Due process ensures fair legal procedures but does not specifically refer to preservation.

Chain of custody tracks evidence handling.

Evidence tampering prevention is a general goal, not the specific legal term.

Question 19: A forensic investigator transports a seized laptop from the crime scene to the forensic laboratory, then passes it to a technician for imaging. The technician then gives the laptop to an officer in a storage facility. At each transfer, they document the date, time, location, and identity of everyone who handled the evidence. What is this form of documentation?

Chain of custody

Order of volatility

Legal hold documentation

Due process verification

Question 19 Explanation: Chain of custody is the documented trail of paperwork recording who handled evidence, when, where, and how it was transferred.

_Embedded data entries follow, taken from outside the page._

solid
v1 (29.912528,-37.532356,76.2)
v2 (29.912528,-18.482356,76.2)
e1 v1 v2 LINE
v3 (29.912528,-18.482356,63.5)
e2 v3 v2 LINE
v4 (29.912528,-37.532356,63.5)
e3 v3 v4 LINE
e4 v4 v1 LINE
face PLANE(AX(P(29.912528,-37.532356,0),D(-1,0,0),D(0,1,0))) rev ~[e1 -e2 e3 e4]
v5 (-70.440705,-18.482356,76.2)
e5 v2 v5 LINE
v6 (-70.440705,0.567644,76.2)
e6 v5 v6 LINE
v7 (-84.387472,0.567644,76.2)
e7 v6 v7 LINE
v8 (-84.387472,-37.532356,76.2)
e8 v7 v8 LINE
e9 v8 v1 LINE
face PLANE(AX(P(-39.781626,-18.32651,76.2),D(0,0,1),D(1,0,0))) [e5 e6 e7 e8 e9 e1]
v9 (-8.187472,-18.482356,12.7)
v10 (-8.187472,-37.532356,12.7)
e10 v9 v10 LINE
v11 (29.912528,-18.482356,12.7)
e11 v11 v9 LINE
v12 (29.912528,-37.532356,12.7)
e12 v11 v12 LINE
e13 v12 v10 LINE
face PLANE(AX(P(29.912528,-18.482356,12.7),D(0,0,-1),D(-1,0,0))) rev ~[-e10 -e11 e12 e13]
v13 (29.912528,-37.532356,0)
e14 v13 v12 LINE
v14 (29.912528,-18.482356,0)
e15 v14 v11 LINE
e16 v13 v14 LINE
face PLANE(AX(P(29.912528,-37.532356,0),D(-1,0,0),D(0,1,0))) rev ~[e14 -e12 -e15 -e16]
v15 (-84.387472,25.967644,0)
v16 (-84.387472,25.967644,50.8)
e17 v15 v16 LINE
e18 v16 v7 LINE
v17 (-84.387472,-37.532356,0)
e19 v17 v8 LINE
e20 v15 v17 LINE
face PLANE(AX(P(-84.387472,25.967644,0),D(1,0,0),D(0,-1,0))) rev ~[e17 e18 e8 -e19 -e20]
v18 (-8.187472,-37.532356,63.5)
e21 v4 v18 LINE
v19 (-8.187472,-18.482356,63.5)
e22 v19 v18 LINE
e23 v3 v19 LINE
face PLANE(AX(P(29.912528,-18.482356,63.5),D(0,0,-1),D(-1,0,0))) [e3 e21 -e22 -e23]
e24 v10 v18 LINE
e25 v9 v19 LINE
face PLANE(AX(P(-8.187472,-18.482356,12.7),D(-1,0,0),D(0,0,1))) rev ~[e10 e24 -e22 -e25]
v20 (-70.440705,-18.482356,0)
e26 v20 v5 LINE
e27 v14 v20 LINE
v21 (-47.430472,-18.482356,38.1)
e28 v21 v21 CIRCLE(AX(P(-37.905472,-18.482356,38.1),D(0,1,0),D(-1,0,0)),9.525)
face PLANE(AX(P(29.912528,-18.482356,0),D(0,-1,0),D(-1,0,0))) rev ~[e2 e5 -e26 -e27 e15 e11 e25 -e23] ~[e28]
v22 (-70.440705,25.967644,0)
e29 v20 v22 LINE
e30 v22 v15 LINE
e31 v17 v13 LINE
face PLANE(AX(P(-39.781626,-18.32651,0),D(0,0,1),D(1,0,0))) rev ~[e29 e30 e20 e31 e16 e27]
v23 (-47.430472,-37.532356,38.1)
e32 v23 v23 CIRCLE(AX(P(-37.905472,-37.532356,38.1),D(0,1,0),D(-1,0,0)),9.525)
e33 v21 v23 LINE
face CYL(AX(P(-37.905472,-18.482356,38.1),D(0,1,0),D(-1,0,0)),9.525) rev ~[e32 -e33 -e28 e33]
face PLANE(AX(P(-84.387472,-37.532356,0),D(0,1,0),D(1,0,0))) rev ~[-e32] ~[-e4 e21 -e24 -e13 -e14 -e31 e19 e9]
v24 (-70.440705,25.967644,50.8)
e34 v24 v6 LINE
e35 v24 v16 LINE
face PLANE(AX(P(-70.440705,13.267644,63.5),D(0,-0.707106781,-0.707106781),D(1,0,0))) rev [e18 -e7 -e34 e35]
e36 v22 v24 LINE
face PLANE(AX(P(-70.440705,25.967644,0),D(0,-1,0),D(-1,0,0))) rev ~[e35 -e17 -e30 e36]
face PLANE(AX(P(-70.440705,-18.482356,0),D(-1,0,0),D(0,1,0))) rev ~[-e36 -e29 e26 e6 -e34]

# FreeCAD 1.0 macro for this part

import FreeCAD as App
import Part
import Sketcher
Q = App.Units.Quantity


def edges_at(feature, points):
    """Names of the edges that pass closest to the given points."""
    edges = feature.Shape.Edges
    near = lambda p: min(range(len(edges)), key=lambda i: edges[i].distToShape(Part.Vertex(*p))[0])
    return sorted({f"Edge{near(p) + 1}" for p in points})

doc = App.newDocument("Part")
body = doc.addObject("PartDesign::Body", "Body")

sketch1 = doc.addObject("Sketcher::SketchObject", "Sketch")
body.addObject(sketch1)
sketch1.AttachmentSupport = (doc.XY_Plane, [""])
sketch1.MapMode = "FlatFace"
sketch1.addGeometry([
    Part.LineSegment(App.Vector(-70.440705, 25.967644, 0), App.Vector(-84.387472, 25.967644, 0)),
    Part.LineSegment(App.Vector(-84.387472, 25.967644, 0), App.Vector(-84.387472, -37.532356, 0)),
    Part.LineSegment(App.Vector(-84.387472, -37.532356, 0), App.Vector(29.912528, -37.532356, 0)),
    Part.LineSegment(App.Vector(29.912528, -37.532356, 0), App.Vector(29.912528, -18.482356, 0)),
    Part.LineSegment(App.Vector(29.912528, -18.482356, 0), App.Vector(-70.440705, -18.482356, 0)),
    Part.LineSegment(App.Vector(-70.440705, -18.482356, 0), App.Vector(-70.440705, 25.967644, 0)),
], False)
sketch1.addConstraint([
    Sketcher.Constraint("Coincident", 0, 2, 1, 1),
    Sketcher.Constraint("Coincident", 1, 2, 2, 1),
    Sketcher.Constraint("Coincident", 2, 2, 3, 1),
    Sketcher.Constraint("Coincident", 3, 2, 4, 1),
    Sketcher.Constraint("Coincident", 4, 2, 5, 1),
    Sketcher.Constraint("Coincident", 5, 2, 0, 1),
    Sketcher.Constraint("Horizontal", 0),
    Sketcher.Constraint("Vertical", 1),
    Sketcher.Constraint("Horizontal", 2),
    Sketcher.Constraint("Vertical", 3),
    Sketcher.Constraint("Horizontal", 4),
    Sketcher.Constraint("Vertical", 5),
    Sketcher.Constraint("DistanceX", 2, 1, 2, 2, Q("4.5 in")),
    Sketcher.Constraint("DistanceY", 1, 2, 1, 1, Q("2.5 in")),
    Sketcher.Constraint("DistanceY", 3, 1, 3, 2, Q("0.75 in")),
    Sketcher.Constraint("DistanceX", 0, 2, 0, 1, 13.946767),
    Sketcher.Constraint("DistanceX", 0, 2, -1, 1, 84.387472),
    Sketcher.Constraint("DistanceY", -1, 1, 0, 2, 25.967644),
])
pad1 = doc.addObject("PartDesign::Pad", "Pad")
body.addObject(pad1)
pad1.Profile = sketch1
pad1.Length = Q("3 in")
doc.recompute()

chamfer = doc.addObject("PartDesign::Chamfer", "Chamfer")
body.addObject(chamfer)
chamfer.Base = (pad1, edges_at(pad1, [(-77.414, 25.968, 76.2)]))
chamfer.Size = Q("1 in")

sketch2 = doc.addObject("Sketcher::SketchObject", "Sketch001")
body.addObject(sketch2)
sketch2.AttachmentSupport = (doc.XZ_Plane, [""])
sketch2.MapMode = "FlatFace"
sketch2.AttachmentOffset = App.Placement(App.Vector(0, 0, 18.482356), App.Rotation())
sketch2.addGeometry(Part.Circle(App.Vector(-37.905472, 38.1, 0), App.Vector(0, 0, 1), 9.525), False)
sketch2.addConstraint([
    Sketcher.Constraint("Diameter", 0, Q("0.75 in")),
    Sketcher.Constraint("DistanceY", -1, 1, 0, 3, Q("1.5 in")),
    Sketcher.Constraint("DistanceX", 0, 3, -1, 1, 37.905472),
])
pocket1 = doc.addObject("PartDesign::Pocket", "Pocket")
body.addObject(pocket1)
pocket1.Profile = sketch2
pocket1.Type = "ThroughAll"
pocket1.Reversed = True

sketch3 = doc.addObject("Sketcher::SketchObject", "Sketch002")
body.addObject(sketch3)
sketch3.AttachmentSupport = (doc.XZ_Plane, [""])
sketch3.MapMode = "FlatFace"
sketch3.AttachmentOffset = App.Placement(App.Vector(0, 0, 18.482356), App.Rotation())
sketch3.addGeometry([
    Part.LineSegment(App.Vector(29.912528, 63.5, 0), App.Vector(29.912528, 12.7, 0)),
    Part.LineSegment(App.Vector(29.912528, 12.7, 0), App.Vector(-8.187472, 12.7, 0)),
    Part.LineSegment(App.Vector(-8.187472, 12.7, 0), App.Vector(-8.187472, 63.5, 0)),
    Part.LineSegment(App.Vector(-8.187472, 63.5, 0), App.Vector(29.912528, 63.5, 0)),
], False)
sketch3.addConstraint([
    Sketcher.Constraint("Coincident", 0, 2, 1, 1),
    Sketcher.Constraint("Coincident", 1, 2, 2, 1),
    Sketcher.Constraint("Coincident", 2, 2, 3, 1),
    Sketcher.Constraint("Coincident", 3, 2, 0, 1),
    Sketcher.Constraint("Vertical", 0),
    Sketcher.Constraint("Horizontal", 1),
    Sketcher.Constraint("Vertical", 2),
    Sketcher.Constraint("Horizontal", 3),
    Sketcher.Constraint("DistanceY", 0, 2, 0, 1, Q("2 in")),
    Sketcher.Constraint("DistanceX", 1, 2, 1, 1, Q("1.5 in")),
    Sketcher.Constraint("DistanceY", -1, 1, 0, 2, Q("0.5 in")),
    Sketcher.Constraint("DistanceX", -1, 1, 0, 2, 29.912528),
])
pocket2 = doc.addObject("PartDesign::Pocket", "Pocket001")
body.addObject(pocket2)
pocket2.Profile = sketch3
pocket2.Type = "ThroughAll"
pocket2.Reversed = True

doc.recompute()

Order of volatility guides the collection sequence.

Legal hold documentation preserves data before collection.

Due process verification ensures legal authority but does not track physical evidence handling.

Question 20: Investigators seize smartphones suspected of containing evidence of crimes. However, they fear the suspects may remotely wipe the devices via cellular signals or Wi-Fi once they realize the phones are compromised. They place the devices in specialized containers that block all Radio Frequency signals during transport to the forensic lab. What preservation tool prevents remote destruction of digital evidence?

Tamper-evident storage bags

Write blockers

Cryptographic hashing

Faraday cages or Faraday bags

Question 20 Explanation: Tamper-evident bags show if physical seals were broken but do not block signals.

Write blockers prevent data editing but do not block radio frequencies.

Cryptographic hashing verifies data integrity but does not prevent remote wiping.

Faraday cages or Faraday bags block all Radio Frequency signals, preventing remote wiping of devices during transport.